◆ What you are asked to do
From the entries, return every line where the string "module" shows up.

[Dataset entries]
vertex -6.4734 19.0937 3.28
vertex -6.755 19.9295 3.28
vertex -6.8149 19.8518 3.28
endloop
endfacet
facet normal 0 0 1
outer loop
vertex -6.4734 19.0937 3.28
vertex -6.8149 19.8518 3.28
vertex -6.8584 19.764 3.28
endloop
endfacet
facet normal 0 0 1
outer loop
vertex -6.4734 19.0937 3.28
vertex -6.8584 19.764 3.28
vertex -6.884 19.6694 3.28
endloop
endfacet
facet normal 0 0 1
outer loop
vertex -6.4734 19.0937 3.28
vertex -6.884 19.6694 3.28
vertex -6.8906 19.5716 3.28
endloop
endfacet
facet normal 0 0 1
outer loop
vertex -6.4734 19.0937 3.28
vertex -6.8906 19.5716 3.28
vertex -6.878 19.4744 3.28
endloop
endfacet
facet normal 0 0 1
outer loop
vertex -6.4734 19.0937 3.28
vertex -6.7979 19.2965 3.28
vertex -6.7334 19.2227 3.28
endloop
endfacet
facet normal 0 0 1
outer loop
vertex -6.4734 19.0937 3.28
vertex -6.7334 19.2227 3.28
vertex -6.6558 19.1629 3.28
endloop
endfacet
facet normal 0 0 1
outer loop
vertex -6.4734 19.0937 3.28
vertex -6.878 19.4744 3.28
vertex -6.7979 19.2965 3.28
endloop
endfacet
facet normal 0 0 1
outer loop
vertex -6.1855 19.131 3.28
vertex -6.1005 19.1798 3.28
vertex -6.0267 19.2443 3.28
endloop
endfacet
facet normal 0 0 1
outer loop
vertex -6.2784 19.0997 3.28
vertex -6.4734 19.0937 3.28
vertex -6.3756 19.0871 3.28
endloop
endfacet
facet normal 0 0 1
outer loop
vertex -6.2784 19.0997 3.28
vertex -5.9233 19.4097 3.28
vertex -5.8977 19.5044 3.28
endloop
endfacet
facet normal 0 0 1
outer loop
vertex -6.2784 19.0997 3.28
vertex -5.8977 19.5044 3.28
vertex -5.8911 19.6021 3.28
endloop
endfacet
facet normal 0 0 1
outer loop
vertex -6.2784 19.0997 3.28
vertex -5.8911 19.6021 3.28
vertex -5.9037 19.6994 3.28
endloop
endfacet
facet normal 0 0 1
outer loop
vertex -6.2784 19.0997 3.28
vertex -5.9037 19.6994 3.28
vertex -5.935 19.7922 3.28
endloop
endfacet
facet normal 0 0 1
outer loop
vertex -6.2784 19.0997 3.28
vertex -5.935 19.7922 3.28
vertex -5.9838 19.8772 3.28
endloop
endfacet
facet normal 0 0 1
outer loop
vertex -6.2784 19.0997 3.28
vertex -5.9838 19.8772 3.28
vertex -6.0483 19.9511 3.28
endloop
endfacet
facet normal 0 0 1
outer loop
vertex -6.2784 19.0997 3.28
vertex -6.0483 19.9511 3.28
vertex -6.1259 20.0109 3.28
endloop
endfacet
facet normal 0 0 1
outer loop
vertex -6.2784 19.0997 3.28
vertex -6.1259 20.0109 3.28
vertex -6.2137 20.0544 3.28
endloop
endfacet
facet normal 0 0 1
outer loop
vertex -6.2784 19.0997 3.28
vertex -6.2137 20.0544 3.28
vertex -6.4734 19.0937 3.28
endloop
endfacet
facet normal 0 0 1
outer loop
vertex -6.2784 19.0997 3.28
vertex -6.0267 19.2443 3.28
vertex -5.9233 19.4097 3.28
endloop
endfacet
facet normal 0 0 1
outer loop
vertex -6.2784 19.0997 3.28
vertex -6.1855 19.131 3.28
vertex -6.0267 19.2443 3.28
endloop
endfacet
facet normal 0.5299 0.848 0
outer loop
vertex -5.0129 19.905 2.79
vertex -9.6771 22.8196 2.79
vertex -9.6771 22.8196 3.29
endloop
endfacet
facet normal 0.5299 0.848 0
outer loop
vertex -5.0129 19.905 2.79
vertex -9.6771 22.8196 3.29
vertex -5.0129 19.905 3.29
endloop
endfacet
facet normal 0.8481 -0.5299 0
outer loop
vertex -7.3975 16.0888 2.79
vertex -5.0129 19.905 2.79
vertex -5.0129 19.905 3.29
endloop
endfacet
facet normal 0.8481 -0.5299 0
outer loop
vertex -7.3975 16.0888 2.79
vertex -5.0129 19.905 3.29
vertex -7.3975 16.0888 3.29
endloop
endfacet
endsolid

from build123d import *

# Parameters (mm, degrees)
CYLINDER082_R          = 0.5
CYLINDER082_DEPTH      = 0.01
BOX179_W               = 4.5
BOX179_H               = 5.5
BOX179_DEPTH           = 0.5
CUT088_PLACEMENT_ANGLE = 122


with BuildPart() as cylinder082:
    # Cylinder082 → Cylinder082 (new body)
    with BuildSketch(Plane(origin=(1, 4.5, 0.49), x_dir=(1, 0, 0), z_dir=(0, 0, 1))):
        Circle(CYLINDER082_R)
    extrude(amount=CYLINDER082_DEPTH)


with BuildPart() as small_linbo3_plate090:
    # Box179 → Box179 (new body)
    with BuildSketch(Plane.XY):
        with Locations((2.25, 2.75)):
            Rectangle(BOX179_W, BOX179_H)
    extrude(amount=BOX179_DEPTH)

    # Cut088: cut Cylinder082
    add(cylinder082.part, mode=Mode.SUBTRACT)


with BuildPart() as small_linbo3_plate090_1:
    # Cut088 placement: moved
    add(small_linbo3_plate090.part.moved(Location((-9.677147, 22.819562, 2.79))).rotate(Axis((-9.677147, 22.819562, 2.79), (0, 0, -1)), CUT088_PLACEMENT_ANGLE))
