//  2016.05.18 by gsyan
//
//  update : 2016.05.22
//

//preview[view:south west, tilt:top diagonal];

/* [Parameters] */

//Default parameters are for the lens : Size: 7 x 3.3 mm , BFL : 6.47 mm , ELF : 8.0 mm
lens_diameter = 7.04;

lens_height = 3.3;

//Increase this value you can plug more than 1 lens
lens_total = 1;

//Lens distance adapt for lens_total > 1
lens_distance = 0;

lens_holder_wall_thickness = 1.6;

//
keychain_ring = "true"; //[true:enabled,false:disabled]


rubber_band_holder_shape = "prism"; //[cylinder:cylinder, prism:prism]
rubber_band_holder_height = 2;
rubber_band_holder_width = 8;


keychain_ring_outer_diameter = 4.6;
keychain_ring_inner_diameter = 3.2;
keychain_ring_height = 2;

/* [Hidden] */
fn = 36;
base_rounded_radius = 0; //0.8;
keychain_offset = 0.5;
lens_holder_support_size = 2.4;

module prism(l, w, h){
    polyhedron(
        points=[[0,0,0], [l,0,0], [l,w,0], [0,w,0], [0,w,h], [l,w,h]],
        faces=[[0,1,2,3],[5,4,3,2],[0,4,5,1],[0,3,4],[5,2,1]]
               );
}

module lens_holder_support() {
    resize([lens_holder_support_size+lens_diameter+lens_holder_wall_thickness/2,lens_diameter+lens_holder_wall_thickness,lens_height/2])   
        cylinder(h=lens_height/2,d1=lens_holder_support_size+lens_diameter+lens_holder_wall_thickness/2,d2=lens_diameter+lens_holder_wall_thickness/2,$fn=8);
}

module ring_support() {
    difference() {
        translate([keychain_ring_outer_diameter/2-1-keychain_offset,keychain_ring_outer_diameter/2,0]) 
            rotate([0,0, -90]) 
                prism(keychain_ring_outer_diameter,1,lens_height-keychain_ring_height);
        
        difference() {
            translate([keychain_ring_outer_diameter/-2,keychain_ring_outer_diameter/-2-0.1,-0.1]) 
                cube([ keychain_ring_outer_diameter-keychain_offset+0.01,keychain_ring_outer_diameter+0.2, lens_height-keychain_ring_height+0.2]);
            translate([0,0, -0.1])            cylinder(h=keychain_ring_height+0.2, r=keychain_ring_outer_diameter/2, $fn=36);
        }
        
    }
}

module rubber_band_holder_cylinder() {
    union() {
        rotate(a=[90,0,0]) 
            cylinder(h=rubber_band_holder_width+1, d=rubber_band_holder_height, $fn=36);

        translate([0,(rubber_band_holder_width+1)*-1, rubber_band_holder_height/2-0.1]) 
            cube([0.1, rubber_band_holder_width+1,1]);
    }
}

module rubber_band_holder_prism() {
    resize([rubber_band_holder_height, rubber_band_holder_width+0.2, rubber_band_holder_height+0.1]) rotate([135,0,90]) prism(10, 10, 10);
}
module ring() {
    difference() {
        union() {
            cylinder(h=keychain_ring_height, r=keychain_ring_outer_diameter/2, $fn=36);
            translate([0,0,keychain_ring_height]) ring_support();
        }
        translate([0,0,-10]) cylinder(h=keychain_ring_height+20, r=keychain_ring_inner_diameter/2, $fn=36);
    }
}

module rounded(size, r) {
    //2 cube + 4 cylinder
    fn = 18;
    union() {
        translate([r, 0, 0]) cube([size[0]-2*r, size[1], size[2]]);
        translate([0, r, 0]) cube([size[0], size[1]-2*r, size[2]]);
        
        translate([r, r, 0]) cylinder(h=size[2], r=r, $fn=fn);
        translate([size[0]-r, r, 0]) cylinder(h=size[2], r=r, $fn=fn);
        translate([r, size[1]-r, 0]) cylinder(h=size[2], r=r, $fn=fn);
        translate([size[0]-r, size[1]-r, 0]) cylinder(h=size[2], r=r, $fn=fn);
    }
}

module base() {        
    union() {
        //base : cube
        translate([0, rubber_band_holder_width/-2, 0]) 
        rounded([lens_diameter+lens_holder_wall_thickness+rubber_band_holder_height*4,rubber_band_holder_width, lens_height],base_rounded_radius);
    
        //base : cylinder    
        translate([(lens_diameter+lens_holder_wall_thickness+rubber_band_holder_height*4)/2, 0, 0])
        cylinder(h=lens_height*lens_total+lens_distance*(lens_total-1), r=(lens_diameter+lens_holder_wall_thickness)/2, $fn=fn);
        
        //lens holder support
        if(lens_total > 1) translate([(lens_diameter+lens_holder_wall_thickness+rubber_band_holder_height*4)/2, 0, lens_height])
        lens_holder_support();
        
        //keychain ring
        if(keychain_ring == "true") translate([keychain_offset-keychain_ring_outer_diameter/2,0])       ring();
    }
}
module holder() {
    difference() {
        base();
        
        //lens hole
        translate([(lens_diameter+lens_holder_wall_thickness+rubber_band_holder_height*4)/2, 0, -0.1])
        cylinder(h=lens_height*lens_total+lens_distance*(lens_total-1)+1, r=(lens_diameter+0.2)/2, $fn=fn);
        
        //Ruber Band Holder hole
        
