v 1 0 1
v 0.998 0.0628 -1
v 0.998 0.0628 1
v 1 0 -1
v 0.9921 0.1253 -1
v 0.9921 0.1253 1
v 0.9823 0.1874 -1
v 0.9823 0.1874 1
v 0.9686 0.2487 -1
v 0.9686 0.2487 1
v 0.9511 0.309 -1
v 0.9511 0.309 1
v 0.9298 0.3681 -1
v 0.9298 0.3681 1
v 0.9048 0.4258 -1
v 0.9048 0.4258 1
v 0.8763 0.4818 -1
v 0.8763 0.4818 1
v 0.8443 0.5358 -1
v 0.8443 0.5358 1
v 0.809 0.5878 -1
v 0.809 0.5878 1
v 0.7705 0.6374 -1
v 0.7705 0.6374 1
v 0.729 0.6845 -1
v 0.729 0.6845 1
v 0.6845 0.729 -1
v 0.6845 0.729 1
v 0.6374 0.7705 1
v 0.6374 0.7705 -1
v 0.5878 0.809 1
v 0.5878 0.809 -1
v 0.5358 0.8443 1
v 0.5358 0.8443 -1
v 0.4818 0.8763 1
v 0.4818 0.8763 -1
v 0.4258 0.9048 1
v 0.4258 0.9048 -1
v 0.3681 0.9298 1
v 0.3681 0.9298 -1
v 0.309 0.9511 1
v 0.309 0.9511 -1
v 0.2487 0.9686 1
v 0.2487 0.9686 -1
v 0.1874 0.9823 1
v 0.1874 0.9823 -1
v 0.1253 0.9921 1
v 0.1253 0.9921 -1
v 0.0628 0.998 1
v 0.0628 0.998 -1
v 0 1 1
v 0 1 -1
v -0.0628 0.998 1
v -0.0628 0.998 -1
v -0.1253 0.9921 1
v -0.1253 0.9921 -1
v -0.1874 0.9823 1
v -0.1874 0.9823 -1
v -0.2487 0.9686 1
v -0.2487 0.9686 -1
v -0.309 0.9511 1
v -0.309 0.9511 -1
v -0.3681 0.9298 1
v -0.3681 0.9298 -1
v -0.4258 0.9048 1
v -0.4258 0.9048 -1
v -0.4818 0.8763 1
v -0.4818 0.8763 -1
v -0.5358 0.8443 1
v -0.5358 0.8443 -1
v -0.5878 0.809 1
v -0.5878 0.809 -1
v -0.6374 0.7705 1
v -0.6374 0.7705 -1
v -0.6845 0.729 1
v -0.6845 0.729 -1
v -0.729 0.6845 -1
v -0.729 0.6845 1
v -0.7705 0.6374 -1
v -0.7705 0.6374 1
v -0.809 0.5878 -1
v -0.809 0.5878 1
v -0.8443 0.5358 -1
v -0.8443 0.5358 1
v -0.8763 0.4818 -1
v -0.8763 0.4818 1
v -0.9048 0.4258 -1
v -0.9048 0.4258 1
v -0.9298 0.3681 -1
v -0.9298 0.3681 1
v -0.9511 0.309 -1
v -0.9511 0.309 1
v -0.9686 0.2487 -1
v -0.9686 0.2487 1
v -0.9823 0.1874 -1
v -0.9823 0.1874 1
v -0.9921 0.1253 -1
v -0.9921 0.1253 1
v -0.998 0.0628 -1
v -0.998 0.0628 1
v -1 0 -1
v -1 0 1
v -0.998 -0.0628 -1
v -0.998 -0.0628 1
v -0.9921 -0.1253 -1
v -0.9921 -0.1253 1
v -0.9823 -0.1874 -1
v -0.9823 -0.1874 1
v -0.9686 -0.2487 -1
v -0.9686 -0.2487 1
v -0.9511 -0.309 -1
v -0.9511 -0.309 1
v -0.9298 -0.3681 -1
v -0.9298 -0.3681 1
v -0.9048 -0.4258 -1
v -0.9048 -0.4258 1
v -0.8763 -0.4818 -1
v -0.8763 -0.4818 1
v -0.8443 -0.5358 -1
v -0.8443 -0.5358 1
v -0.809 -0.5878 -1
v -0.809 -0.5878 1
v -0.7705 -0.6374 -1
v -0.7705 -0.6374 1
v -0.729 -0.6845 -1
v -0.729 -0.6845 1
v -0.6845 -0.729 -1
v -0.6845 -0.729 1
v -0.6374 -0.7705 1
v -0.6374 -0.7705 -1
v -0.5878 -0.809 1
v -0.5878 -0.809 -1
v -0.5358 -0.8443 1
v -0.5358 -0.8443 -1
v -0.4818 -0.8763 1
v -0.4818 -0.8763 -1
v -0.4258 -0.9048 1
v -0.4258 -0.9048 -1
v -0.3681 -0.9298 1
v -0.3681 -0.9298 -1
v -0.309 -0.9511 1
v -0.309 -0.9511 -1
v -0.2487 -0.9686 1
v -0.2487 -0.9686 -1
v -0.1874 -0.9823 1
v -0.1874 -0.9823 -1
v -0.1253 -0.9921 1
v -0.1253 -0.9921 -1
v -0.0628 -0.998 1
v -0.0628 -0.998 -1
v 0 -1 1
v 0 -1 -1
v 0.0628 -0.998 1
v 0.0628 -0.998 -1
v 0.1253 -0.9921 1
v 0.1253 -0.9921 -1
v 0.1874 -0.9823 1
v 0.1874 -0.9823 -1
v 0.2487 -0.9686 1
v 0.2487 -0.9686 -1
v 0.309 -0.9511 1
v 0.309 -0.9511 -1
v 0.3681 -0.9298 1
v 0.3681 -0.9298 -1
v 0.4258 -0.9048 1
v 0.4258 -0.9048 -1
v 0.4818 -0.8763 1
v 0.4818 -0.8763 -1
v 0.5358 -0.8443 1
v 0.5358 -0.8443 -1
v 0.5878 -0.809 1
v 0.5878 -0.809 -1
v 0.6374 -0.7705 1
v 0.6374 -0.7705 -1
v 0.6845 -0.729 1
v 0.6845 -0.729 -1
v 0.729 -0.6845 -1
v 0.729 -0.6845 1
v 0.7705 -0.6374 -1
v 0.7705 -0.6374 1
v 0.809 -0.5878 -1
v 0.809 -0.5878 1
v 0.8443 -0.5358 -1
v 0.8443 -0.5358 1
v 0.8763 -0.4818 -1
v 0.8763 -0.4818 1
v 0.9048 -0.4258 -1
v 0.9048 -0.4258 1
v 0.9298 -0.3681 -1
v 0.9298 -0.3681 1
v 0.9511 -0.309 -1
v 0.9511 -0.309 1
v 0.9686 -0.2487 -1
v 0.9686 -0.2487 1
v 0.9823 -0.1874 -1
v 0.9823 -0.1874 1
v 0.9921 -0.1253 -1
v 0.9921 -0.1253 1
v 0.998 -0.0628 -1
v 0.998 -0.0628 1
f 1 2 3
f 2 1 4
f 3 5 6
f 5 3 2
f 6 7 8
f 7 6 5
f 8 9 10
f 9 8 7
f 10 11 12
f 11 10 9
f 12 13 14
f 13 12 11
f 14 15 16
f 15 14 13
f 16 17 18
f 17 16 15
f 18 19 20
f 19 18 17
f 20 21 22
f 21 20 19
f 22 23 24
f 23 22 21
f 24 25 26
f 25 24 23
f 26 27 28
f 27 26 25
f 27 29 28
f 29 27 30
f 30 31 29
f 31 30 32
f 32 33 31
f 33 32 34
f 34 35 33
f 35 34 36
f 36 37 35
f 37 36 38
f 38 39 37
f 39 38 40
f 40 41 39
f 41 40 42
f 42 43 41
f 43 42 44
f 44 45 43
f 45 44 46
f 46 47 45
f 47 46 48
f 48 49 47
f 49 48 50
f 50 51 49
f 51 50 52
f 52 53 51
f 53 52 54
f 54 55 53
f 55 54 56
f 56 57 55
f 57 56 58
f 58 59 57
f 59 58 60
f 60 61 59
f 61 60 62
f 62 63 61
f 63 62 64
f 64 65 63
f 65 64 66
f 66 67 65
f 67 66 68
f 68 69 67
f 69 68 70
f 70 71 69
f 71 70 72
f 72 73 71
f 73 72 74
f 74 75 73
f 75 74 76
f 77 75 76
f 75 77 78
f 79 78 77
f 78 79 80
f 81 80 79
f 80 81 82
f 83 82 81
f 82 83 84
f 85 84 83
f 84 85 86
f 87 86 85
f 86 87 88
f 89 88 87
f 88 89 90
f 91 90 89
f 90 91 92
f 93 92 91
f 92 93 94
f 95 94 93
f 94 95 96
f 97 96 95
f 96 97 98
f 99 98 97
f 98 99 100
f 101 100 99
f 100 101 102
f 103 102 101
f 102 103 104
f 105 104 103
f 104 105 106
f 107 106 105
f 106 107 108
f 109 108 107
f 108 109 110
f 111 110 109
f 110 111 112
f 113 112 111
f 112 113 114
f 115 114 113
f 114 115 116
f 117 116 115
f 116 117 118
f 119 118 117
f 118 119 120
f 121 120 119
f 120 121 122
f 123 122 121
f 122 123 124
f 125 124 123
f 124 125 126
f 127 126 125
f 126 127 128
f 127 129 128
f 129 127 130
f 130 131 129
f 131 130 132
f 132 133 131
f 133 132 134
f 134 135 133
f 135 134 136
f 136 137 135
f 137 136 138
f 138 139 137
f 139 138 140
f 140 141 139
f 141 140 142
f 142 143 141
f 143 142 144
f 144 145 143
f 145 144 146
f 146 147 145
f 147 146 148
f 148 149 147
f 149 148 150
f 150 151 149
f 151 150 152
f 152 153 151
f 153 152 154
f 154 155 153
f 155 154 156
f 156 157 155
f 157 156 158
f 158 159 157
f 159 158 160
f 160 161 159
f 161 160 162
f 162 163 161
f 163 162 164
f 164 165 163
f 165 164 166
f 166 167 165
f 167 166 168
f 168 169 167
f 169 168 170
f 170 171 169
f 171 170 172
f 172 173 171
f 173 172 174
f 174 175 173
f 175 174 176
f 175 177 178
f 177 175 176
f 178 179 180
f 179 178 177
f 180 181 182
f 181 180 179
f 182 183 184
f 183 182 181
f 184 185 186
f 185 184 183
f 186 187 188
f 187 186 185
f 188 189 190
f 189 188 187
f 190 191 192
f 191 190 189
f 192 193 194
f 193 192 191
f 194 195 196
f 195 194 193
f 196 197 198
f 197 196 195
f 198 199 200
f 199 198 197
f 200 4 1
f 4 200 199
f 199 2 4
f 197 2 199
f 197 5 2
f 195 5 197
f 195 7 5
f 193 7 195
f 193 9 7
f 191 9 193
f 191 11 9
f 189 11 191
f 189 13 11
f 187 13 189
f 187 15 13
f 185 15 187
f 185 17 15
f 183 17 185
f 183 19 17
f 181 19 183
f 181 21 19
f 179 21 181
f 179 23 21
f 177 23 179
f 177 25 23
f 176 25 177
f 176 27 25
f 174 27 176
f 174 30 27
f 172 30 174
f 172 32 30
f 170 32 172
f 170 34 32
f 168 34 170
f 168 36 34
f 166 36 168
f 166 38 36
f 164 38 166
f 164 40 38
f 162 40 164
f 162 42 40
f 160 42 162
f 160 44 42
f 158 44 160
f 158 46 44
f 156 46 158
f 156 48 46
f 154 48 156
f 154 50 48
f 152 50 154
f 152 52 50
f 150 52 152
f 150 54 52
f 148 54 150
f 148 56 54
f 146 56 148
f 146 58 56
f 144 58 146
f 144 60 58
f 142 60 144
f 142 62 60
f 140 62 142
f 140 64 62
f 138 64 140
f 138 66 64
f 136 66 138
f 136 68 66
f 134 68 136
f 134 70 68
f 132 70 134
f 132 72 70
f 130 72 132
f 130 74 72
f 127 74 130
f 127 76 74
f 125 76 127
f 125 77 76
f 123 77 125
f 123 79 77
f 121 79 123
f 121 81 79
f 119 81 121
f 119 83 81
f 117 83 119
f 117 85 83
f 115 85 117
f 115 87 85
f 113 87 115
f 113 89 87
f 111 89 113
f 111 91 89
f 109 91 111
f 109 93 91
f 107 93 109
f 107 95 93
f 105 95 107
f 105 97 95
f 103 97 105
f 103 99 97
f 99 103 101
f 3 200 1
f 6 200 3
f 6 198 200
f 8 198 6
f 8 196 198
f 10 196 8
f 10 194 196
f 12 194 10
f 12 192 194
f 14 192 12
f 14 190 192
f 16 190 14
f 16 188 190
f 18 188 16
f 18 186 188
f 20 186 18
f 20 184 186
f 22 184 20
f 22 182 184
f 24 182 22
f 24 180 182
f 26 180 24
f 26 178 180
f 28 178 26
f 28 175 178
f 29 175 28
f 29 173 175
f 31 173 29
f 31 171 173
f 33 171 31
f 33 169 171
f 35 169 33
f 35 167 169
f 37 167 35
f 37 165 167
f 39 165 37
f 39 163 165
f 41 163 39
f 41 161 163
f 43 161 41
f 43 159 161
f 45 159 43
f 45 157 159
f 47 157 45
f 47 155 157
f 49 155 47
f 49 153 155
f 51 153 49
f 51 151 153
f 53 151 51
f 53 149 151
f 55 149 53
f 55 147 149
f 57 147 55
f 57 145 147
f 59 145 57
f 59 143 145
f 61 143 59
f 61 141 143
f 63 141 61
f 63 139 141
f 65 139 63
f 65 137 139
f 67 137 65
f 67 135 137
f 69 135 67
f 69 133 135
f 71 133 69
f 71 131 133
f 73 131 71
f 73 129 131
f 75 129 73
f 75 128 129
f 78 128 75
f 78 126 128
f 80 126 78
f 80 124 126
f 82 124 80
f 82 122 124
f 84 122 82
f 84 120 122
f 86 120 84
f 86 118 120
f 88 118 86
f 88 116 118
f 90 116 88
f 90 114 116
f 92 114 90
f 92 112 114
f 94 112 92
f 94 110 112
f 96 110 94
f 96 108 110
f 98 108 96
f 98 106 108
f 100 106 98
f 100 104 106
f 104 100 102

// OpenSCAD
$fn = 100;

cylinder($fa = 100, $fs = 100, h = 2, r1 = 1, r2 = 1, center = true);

◆ Task response
module prism(l, w, h){
module lens_holder_support() {
module ring_support() {
module rubber_band_holder_cylinder() {
module rubber_band_holder_prism() {
module ring() {
module rounded(size, r) {
module base() {        
module holder() {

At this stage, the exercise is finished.